Alumni Spotlight Series: Katherine Zimmerman YC ‘09
The following interview is part of the Council on Middle East Studies’ Alumni Spotlight series featuring graduates from the Bachelor’s Degree in Modern Middle East Studies. Katherine Zimmerman graduated from Yale in 2009 as part of the first class of the Modern Middle East Studies B.A. program. Beyond Yale, Zimmerman has continued her academic career with the American Enterprise Institute as a foreign policy thinker. She has testified before Congress, advises policymakers and decisionmakers on issues related to Yemen and terrorism threats, and continues to examine US national security interests in the Middle Eastern region.
Could you talk about your life after Yale, and how you got your start?
I think despite all of the uncertainty with working in the think tank world and cutting an unconventional career path for myself, I’m much happier here than I would have been in government.
Through some cold emails, I got in touch with some people down here in DC. Those emails were probably the most depressing ones that I’ve sent back and forth, added to the job market following the 2008 market crash. Eventually, a fellow think tank scholar sat down with me and told me to do an internship in DC, since my other internships had been in Cairo, Egypt. So I did “a spray and pray” for internship applications. I accepted two internships, one at AEI. As my internship ended, I sat down with Fred Kagan, and he encouraged me to apply to an open position at AEI.
I tell this to students looking today: don’t turn down opportunities just because they aren’t what you were looking for. I took the internship at AEI not because I was interested in working on security issues in the Middle East but to get my foot in the door. I was on a new project called the Critical Threats Project here at AI. At the time, I was really looking to work in the comparative politics space, but I really fell in love with the actual work that I was doing here at AEI—putting together the puzzle pieces doing analysis in the open source.

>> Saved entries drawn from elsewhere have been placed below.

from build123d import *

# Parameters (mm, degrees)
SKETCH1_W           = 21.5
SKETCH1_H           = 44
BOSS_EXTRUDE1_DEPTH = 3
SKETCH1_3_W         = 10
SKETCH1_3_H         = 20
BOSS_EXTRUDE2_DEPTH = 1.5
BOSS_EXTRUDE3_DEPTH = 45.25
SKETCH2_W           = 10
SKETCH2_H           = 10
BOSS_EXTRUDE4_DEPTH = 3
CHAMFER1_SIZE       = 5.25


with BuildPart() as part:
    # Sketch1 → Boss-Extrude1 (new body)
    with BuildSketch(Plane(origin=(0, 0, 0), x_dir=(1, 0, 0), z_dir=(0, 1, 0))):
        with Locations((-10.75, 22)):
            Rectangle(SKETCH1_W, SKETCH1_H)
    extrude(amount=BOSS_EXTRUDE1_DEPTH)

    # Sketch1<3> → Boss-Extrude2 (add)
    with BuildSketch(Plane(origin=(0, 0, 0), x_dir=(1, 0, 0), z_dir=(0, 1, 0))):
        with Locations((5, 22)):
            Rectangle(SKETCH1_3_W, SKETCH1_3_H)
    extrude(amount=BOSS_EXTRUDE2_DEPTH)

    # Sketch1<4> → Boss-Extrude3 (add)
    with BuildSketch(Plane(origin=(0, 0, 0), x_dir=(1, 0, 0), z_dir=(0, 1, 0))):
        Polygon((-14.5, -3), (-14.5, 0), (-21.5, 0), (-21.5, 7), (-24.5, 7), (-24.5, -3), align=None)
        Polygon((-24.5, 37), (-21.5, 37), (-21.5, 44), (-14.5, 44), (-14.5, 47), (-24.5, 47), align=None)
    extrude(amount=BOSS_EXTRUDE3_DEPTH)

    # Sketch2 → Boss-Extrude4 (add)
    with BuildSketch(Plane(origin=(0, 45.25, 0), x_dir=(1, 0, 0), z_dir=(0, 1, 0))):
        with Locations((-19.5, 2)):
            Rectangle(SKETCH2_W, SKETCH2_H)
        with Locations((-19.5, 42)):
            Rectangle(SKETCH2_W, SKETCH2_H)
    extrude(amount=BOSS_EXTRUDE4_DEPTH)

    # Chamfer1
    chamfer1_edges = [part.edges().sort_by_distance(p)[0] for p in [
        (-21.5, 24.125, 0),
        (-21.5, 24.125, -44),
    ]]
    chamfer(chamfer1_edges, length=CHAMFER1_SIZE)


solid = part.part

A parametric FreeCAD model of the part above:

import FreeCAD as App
import Part
import Sketcher

V = App.Vector


def edges_at(feature, points):
    """Names of the edges that pass closest to the given points."""
    edges = feature.Shape.Edges
    near = lambda p: min(range(len(edges)), key=lambda i: edges[i].distToShape(Part.Vertex(*p))[0])
    return sorted({f"Edge{near(p) + 1}" for p in points})

doc = App.newDocument("Part")
body = doc.addObject("PartDesign::Body", "Body")

sketch1 = doc.addObject("Sketcher::SketchObject", "Sketch")
body.addObject(sketch1)
sketch1.AttachmentSupport = (doc.XZ_Plane, [""])
sketch1.MapMode = "FlatFace"
sketch1.addGeometry([
    Part.LineSegment(V(-22, -44, 0), V(-22, 0, 0)),
    Part.LineSegment(V(-22, 0, 0), V(0, 0, 0)),
    Part.LineSegment(V(0, 0, 0), V(0, -44, 0)),
    Part.LineSegment(V(0, -44, 0), V(-22, -44, 0)),
], False)
sketch1.addConstraint([
    Sketcher.Constraint("Coincident", 0, 2, 1, 1),
    Sketcher.Constraint("Coincident", 1, 2, 2, 1),
    Sketcher.Constraint("Coincident", 2, 2, 3, 1),
    Sketcher.Constraint("Coincident", 3, 2, 0, 1),
    Sketcher.Constraint("Vertical", 0),
    Sketcher.Constraint("Horizontal", 1),
    Sketcher.Constraint("Vertical", 2),
    Sketcher.Constraint("Horizontal", 3),
    Sketcher.Constraint("Coincident", 1, 2, -1, 1),
    Sketcher.Constraint("DistanceY", 0, 1, 0, 2, 44.0),
    Sketcher.Constraint("DistanceX", 1, 1, 1, 2, 21.5),
])
pad1 = doc.addObject("PartDesign::Pad", "Pad")
body.addObject(pad1)
pad1.Profile = sketch1
pad1.Length = 3
pad1.Reversed = True

sketch2 = doc.addObject("Sketcher::SketchObject", "Sketch001")
body.addObject(sketch2)
sketch2.AttachmentSupport = (doc.XZ_Plane, [""])
sketch2.MapMode = "FlatFace"
sketch2.addGeometry([
    Part.LineSegment(V(0, -32, 0), V(0, -12, 0)),
    Part.LineSegment(V(0, -12, 0), V(10, -12, 0)),
    Part.LineSegment(V(10, -12, 0), V(10, -32, 0)),
    Part.LineSegment(V(10, -32, 0), V(0, -32, 0)),
], False)
sketch2.addConstraint([
    Sketcher.Constraint("Coincident", 0, 2, 1, 1),
    Sketcher.Constraint("Coincident", 1, 2, 2, 1),
    Sketcher.Constraint("Coincident", 2, 2, 3, 1),
    Sketcher.Constraint("Coincident", 3, 2, 0, 1),
    Sketcher.Constraint("Vertical", 0),
    Sketcher.Constraint("Horizontal", 1),
    Sketcher.Constraint("Vertical", 2),
    Sketcher.Constraint("Horizontal", 3),
    Sketcher.Constraint("PointOnObject", 0, 2, -2),
    Sketcher.Constraint("DistanceX", 1, 1, 1, 2, 10.0),
    Sketcher.Constraint("DistanceY", 0, 1, 0, 2, 20.0),
    Sketcher.Constraint("DistanceY", 0, 2, -1, 1, 12.0),
])
pad2 = doc.addObject("PartDesign::Pad", "Pad001")
body.addObject(pad2)
pad2.Profile = sketch2
pad2.Length = 1.5
pad2.Reversed = True

sketch3 = doc.addObject("Sketcher::SketchObject", "Sketch002")
body.addObject(sketch3)
sketch3.AttachmentSupport = (doc.XZ_Plane, [""])
sketch3.MapMode = "FlatFace"
sketch3.addGeometry([
    Part.LineSegment(V(-14.5, 3, 0), V(-14.5, 0, 0)),
    Part.LineSegment(V(-14.5, 0, 0), V(-21.5, 0, 0)),
    Part.LineSegment(V(-21.5, 0, 0), V(-21.5, -7, 0)),
    Part.LineSegment(V(-21.5, -7, 0), V(-24.5, -7, 0)),
    Part.LineSegment(V(-24.5, -7, 0), V(-24.5, 3, 0)),
    Part.LineSegment(V(-24.5, 3, 0), V(-14.5, 3, 0)),
    Part.LineSegment(V(-24.5, -37, 0), V(-21.5, -37, 0)),
    Part.LineSegment(V(-21.5, -37, 0), V(-21.5, -44, 0)),
    Part.LineSegment(V(-21.5, -44, 0), V(-14.5, -44, 0)),
    Part.LineSegment(V(-14.5, -44, 0), V(-14.5, -47, 0)),
    Part.LineSegment(V(-14.5, -47, 0), V(-24.5, -47, 0)),
    Part.LineSegment(V(-24.5, -47, 0), V(-24.5, -37, 0)),
], False)
sketch3.addConstraint([
    Sketcher.Constraint("Coincident", 0, 2, 1, 1),
    Sketcher.Constraint("Coincident", 1, 2, 2, 1),
    Sketcher.Constraint("Coincident", 2, 2, 3, 1),
    Sketcher.Constraint("Coincident", 3, 2, 4, 1),
    Sketcher.Constraint("Coincident", 4, 2, 5, 1),
    Sketcher.Constraint("Coincident", 5, 2, 0, 1),
    Sketcher.Constraint("Coincident", 6, 2, 7, 1),
    Sketcher.Constraint("Coincident", 7, 2, 8, 1),
    Sketcher.Constraint("Coincident", 8, 2, 9, 1),
    Sketcher.Constraint("Coincident", 9, 2, 10, 1),
    Sketcher.Constraint("Coincident", 10, 2, 11, 1),
    Sketcher.Constraint("Coincident", 11, 2, 6, 1),
    Sketcher.Constraint("Vertical", 0),
    Sketcher.Constraint("Horizontal", 1),
    Sketcher.Constraint("Vertical", 2),
    Sketcher.Constraint("Horizontal", 3),
    Sketcher.Constraint("Vertical", 4),
    Sketcher.Constraint("Horizontal", 5),
    Sketcher.Constraint("Horizontal", 6),
    Sketcher.Constraint("Vertical", 7),
    Sketcher.Constraint("Horizontal", 8),
    Sketcher.Constraint("Vertical", 9),
    Sketcher.Constraint("Horizontal", 10),
    Sketcher.Constraint("Vertical", 11),
    Sketcher.Constraint("PointOnObject", 0, 2, -1),
    Sketcher.Constraint("Vertical", 2, 2, 6, 2),
    Sketcher.Constraint("Vertical", 5, 2, 8, 2),
    Sketcher.Constraint("Vertical", 4, 2, 10, 2),
    Sketcher.Constraint("Equal", 6, 0),
    Sketcher.Constraint("Equal", 8, 2),
    Sketcher.Constraint("Equal", 2, 7),
    Sketcher.Constraint("Equal", 0, 9),
    Sketcher.Constraint("DistanceX", 1, 2, 1, 1, 7.0),
    Sketcher.Constraint("DistanceX", 3, 2, 3, 1, 3.0),
    Sketcher.Constraint("DistanceY", 6, 2, -1, 1, 37.0),
    Sketcher.Constraint("DistanceX", 0, 2, -1, 1, 14.5),
])
pad3 = doc.addObject("PartDesign::Pad", "Pad002")
body.addObject(pad3)
pad3.Profile = sketch3
pad3.Length = 45.25
pad3.Reversed = True

sketch4 = doc.addObject("Sketcher::SketchObject", "Sketch003")
body.addObject(sketch4)
sketch4.AttachmentSupport = (doc.XZ_Plane, [""])
sketch4.MapMode = "FlatFace"
sketch4.AttachmentOffset = App.Placement(V(0, 0, -45.25), App.Rotation())
sketch4.addGeometry([
    Part.LineSegment(V(-24, -7, 0), V(-24, 3, 0)),
    Part.LineSegment(V(-24, 3, 0), V(-14, 3, 0)),
    Part.LineSegment(V(-14, 3, 0), V(-14, -7, 0)),
    Part.LineSegment(V(-14, -7, 0), V(-24, -7, 0)),
    Part.LineSegment(V(-24, -47, 0), V(-24, -37, 0)),
    Part.LineSegment(V(-24, -37, 0), V(-14, -37, 0)),
    Part.LineSegment(V(-14, -37, 0), V(-14, -47, 0)),
    Part.LineSegment(V(-14, -47, 0), V(-24, -47, 0)),
], False)
sketch4.addConstraint([
    Sketcher.Constraint("Coincident", 0, 2, 1, 1),
    Sketcher.Constraint("Coincident", 1, 2, 2, 1),
    Sketcher.Constraint("Coincident", 2, 2, 3, 1),
    Sketcher.Constraint("Coincident", 3, 2, 0, 1),
    Sketcher.Constraint("Coincident", 4, 2, 5, 1),
    Sketcher.Constraint("Coincident", 5, 2, 6, 1),
    Sketcher.Constraint("Coincident", 6, 2, 7, 1),
    Sketcher.Constraint("Coincident", 7, 2, 4, 1),
    Sketcher.Constraint("Vertical", 0),
    Sketcher.Constraint("Horizontal", 1),
    Sketcher.Constraint("Vertical", 2),
    Sketcher.Constraint("Horizontal", 3),
    Sketcher.Constraint("Vertical", 4),
    Sketcher.Constraint("Horizontal", 5),
    Sketcher.Constraint("Vertical", 6),
    Sketcher.Constraint("Horizontal", 7),
    Sketcher.Constraint("Vertical", 3, 2, 4, 2),
    Sketcher.Constraint("Vertical", 2, 2, 5, 2),
    Sketcher.Constraint("Equal", 7, 0),
    Sketcher.Constraint("Equal", 2, 4),
    Sketcher.Constraint("DistanceX", 1, 1, 1, 2, 10.0),
    Sketcher.Constraint("DistanceY", -1, 1, 0, 2, 3.0),
    Sketcher.Constraint("DistanceY", 4, 2, -1, 1, 37.0),
    Sketcher.Constraint("DistanceX", 0, 2, -1, 1, 24.5),
])
pad4 = doc.addObject("PartDesign::Pad", "Pad003")
body.addObject(pad4)
pad4.Profile = sketch4
pad4.Length = 3
pad4.Reversed = True
doc.recompute()

chamfer = doc.addObject("PartDesign::Chamfer", "Chamfer")
body.addObject(chamfer)
chamfer.Base = (pad4, edges_at(pad4, [(-21.5, 24.125, 0), (-21.5, 24.125, -44)]))
chamfer.Size = 5.25

doc.recompute()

What has been your journey to where you are now?
Most students of the Middle East today learn a lot about Yemen because now it actually is a big issue when we’re talking about the region. However, when you’re talking about it before 2009, no one had really focused on Yemen. The State Department had blacklisted it for Arabic language scholarships because of the security situation. When I started at AEI, I was researching Yemen and Somalia. I declined an opportunity to switch portfolios in summer 2010.
Little did I know that six months later, Yemen would collapse in the Arab Spring. All of a sudden, it was just a lot of hard work to rapidly develop the background expertise to be one of the few people in Washington able to talk about Yemen in that way.
That launched my career. So, as a 23-year-old, I was actively talking about what Middle East foreign policy should be. When I reflect on what I wanted to do coming out of Yale, working Middle East foreign policy, I was beginning to break into that in just a few years. I think that was a mixture of good fortune and a lot of hard work.
I stayed at AEI because of the intellectual freedom I have here as well as the ability to develop as a foreign policy thinker. Now, I have worked on issues way beyond Yemen, but some people still look at me and think of me as the Yemen expert. I have briefed multiple echelons throughout the US government and the US military and intelligence communities on areas that I am an expert in: Yemen, Africa, al Qaeda, Islamic State, and the Salafi-Jihadi Movement. For that, I’m incredibly thankful.
For the last part about how I got to where I am, I didn’t actually want to do al Qaeda research. If you look at the classes that I took, I actively avoided taking any classes on terrorism or security because I didn’t want to study the Middle East through the lens of terrorism. I think that my educational background of comparative politics and foreign assistance actually has given me a perspective on the region and on how the groups that I study operate that is different from my contemporaries.
If you could give advice to your younger self in college, what would you say?
First, take advantage of all the opportunities that Yale had in terms of fellowships and funding studies abroad.
Second, mentorship. It is something that Yale University offers to those who go and seek it out, the mentorship of professors at Yale. Now having multiple mentors in my professional life, you recognize that there is something very valuable to wisdom and experience that just cannot be replicated.
What advice would you give to a student who is interested in the Middle Eastern major or is considering a field in foreign policy?
First, learn Arabic or Persian and inadvertently learn the culture.
Learning the language is a way to open doors. Language and culture go hand-in-hand, and that is no different in the Middle East. In my sophomore year, I studied abroad in Egypt at the American University in Cairo. In terms of language development, the early exposure to spoken language during study abroad, particularly with Arabic where written is so different from spoken. really helped me to understand the language outside of the pure academic setting.
Second, learn the history.
There are a couple of very obvious tricks that you don’t think about when you’re a student. One is just learning the history. You can understand exactly what’s going on today and have no concept of what’s to come if you don’t understand historical relationships and what came before. So, knowing the history is really, really important to grasp the relationships that run throughout the Middle East.
Third, understanding how decisions are made.
This gets touched on by all the great diplomats, Kissinger being one of them. People make decisions, and everyone makes interest-based decisions. So that means that you can start to try to understand the region based on known interests and actors’ histories. This framework really starts to make it much, much easier to unravel the complicated web of what is happening inside of the Middle East today.